[PATCH v7 5/5] ARM: OMAP: gpmc: add DT bindings for GPMC timings and NAND

Jon Hunter jon-hunter at ti.com
Fri Dec 7 05:11:02 EST 2012


On 12/06/2012 10:54 AM, Daniel Mack wrote:
> On 06.12.2012 17:22, Jon Hunter wrote:
>>
>> On 12/05/2012 06:03 PM, Tony Lindgren wrote:
>>> * Grant Likely <grant.likely at secretlab.ca> [121205 15:26]:
>>>> On Wed, 5 Dec 2012 16:33:48 -0600, Jon Hunter <jon-hunter at ti.com> wrote:
>>>>> On 12/05/2012 04:22 PM, Grant Likely wrote:
>>>>>>
>>>>>> Please, be specific. Use something like "ti,am3340-gpmc" or
>>>>>> "ti,omap3430-gpmc". The compatible property is a list so that new
>>>>>> devices can claim compatibility with old.
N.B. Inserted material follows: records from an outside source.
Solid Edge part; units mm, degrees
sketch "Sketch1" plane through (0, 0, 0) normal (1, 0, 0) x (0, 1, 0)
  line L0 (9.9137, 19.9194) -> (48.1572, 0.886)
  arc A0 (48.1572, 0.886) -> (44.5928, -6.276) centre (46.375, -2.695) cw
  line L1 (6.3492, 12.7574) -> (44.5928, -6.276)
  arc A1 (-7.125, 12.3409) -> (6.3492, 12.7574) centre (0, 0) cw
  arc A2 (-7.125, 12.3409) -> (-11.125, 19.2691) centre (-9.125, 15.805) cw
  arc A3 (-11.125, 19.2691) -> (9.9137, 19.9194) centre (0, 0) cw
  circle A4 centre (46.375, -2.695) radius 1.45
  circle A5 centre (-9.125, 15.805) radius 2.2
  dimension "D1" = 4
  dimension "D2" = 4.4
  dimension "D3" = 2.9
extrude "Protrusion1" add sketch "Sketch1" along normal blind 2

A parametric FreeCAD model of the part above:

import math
import FreeCAD as App
import Part
import Sketcher

V = App.Vector
Q = App.Units.Quantity

doc = App.newDocument("Part")
params = doc.addObject("Spreadsheet::Sheet", "Params")
for row, (alias, value) in enumerate([
    ("sketch1_radius", "4 mm"),
    ("sketch1_diameter", "2.9 mm"),
    ("sketch1_diameter2", "4.4 mm"),
    ("sketch1_radius2", "22.25 mm"),
    ("pad1_length", "2 mm"),
], start=1):
    params.set(f"A{row}", alias)
    params.set(f"B{row}", "=" + value)
    params.setAlias(f"B{row}", alias)

body = doc.addObject("PartDesign::Body", "Body")

# Sketch on YZ plane
sketch1 = body.newObject("Sketcher::SketchObject", "Sketch")
sketch1.AttachmentSupport = (doc.getObject("YZ_Plane"), [""])
sketch1.MapMode = "FlatFace"
sketch1.addGeometry(Part.LineSegment(V(48.2, 0.9, 0), V(9.9, 19.9, 0)), False)
sketch1.addGeometry(Part.ArcOfCircle(Part.Circle(V(0, 0, 0), V(0, 0, 1), 22.3), math.radians(64), math.radians(120)), False)
sketch1.addGeometry(Part.ArcOfCircle(Part.Circle(V(-9.1, 15.8, 0), V(0, 0, 1), 4), math.radians(120), math.radians(300)), False)
sketch1.addGeometry(Part.ArcOfCircle(Part.Circle(V(0, 0, 0), V(0, 0, 1), 14.3), math.radians(64), math.radians(120)), False)
sketch1.addGeometry(Part.LineSegment(V(6.3, 12.8, 0), V(44.6, -6.3, 0)), False)
sketch1.addGeometry(Part.ArcOfCircle(Part.Circle(V(46.4, -2.7, 0), V(0, 0, 1), 4), math.radians(-116), math.radians(64)), False)
sketch1.addGeometry(Part.Circle(V(46.4, -2.7, 0), V(0, 0, 1), 1.4), False)
sketch1.addGeometry(Part.Circle(V(-9.1, 15.8, 0), V(0, 0, 1), 2.2), False)
sketch1.addConstraint(Sketcher.Constraint("Tangent", 0, 2, 1, 1))
sketch1.addConstraint(Sketcher.Constraint("Tangent", 1, 2, 2, 1))
sketch1.addConstraint(Sketcher.Constraint("Tangent", 2, 2, 3, 2))
sketch1.addConstraint(Sketcher.Constraint("Tangent", 3, 1, 4, 1))
sketch1.addConstraint(Sketcher.Constraint("Tangent", 4, 2, 5, 1))
sketch1.addConstraint(Sketcher.Constraint("Tangent", 5, 2, 0, 1))
sketch1.addConstraint(Sketcher.Constraint("Coincident", 1, 3, -1, 1))
sketch1.addConstraint(Sketcher.Constraint("Coincident", 3, 3, -1, 1))
sketch1.addConstraint(Sketcher.Constraint("Coincident", 6, 3, 5, 3))
sketch1.addConstraint(Sketcher.Constraint("Coincident", 7, 3, 2, 3))
sketch1.addConstraint(Sketcher.Constraint("Equal", 2, 5))
sketch1.addConstraint(Sketcher.Constraint("Radius", 2, Q("4 mm")))
sketch1.addConstraint(Sketcher.Constraint("Diameter", 6, Q("2.9 mm")))
sketch1.addConstraint(Sketcher.Constraint("Diameter", 7, Q("4.4 mm")))
sketch1.addConstraint(Sketcher.Constraint("Radius", 1, Q("22.25 mm")))
sketch1.addConstraint(Sketcher.Constraint("DistanceX", 1, 2, 2, 3, Q("2 mm")))
sketch1.addConstraint(Sketcher.Constraint("Angle", 0, Q("153.541 deg")))
sketch1.addConstraint(Sketcher.Constraint("DistanceX", 2, 3, 5, 3, Q("55.5 mm")))
sketch1.setExpression("Constraints[11]", "Params.sketch1_radius")
sketch1.setExpression("Constraints[12]", "Params.sketch1_diameter")
sketch1.setExpression("Constraints[13]", "Params.sketch1_diameter2")
sketch1.setExpression("Constraints[14]", "Params.sketch1_radius2")
pad1 = body.newObject("PartDesign::Pad", "Pad")
pad1.Profile = sketch1
pad1.setExpression("Length", "Params.pad1_length")

doc.recompute()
Compatible strings that are
>>>>>> overly generic are a pet-peave of mine.
>>>>>
>>>>> We aim to use the binding for omap2,3,4,5 as well as the am33xx devices
>>>>> (which are omap based). Would it be sufficient to have "ti,omap2-gpmc"
>>>>> implying all omap2+ based devices or should we have a compatible string
>>>>> for each device supported?
>>>>
>>>> Are they each register-level compatible with one another?
>>>>
>>>> The general recommended approach here is to make subsequent silicon
>>>> claim compatibility with the first compatible implementation.
>>>>
>>>> So, for an am3358 board:
>>>> 	compatible = "ti,am3358-gpmc", "ti,omap2420-gpmc";
>>>>
>>>> Essentially, what this means is that "ti,omap2420-gpmc" is the generic
>>>> value instead of "omap2-gpmc". The reason for this is so that the value
>>>> is anchored against a specific implementation, and not against something
>>>> completely imaginary or idealized. If a newer version isn't quite
>>>> compatible with the omap2420-gpmc, then it can drop the compatible claim
>>>> and the driver really should be told about the new device.
>>>
>>> The compatible property can also be used to figure out which ones
>>> need the workarounds in patch #4 of this series for the DT case.
>>> So we should be specific with the compatible.
>>
>> We should not merged patch #4. Daniel included this here because he is
>> using this on the current mainline, however, this is not needed for
>> linux-next and so we should drop it.
> 
> I think we're talking about different things here since awhile.
> 
> The patch I pointed you which is in mainline and which removes the
> reference to <plat/gpmc.h> from drivers/mtd/nand/omap2.c has nothing to
> do with my patch #4. It just solves Tony's concern that regarding the
> multi-arch zImages.
>
> My code in gpmc.c calls gpmc_nand_init() which in turn calls
> gpmc_hwecc_bch_capable(). Without path #4, gpmc_hwecc_bch_capable() will
> return 0, and the nand init will fail consequently, in mainline as well
> as in linux-next.

Ok, yes I see that now. I should have looked more closely at linux-next.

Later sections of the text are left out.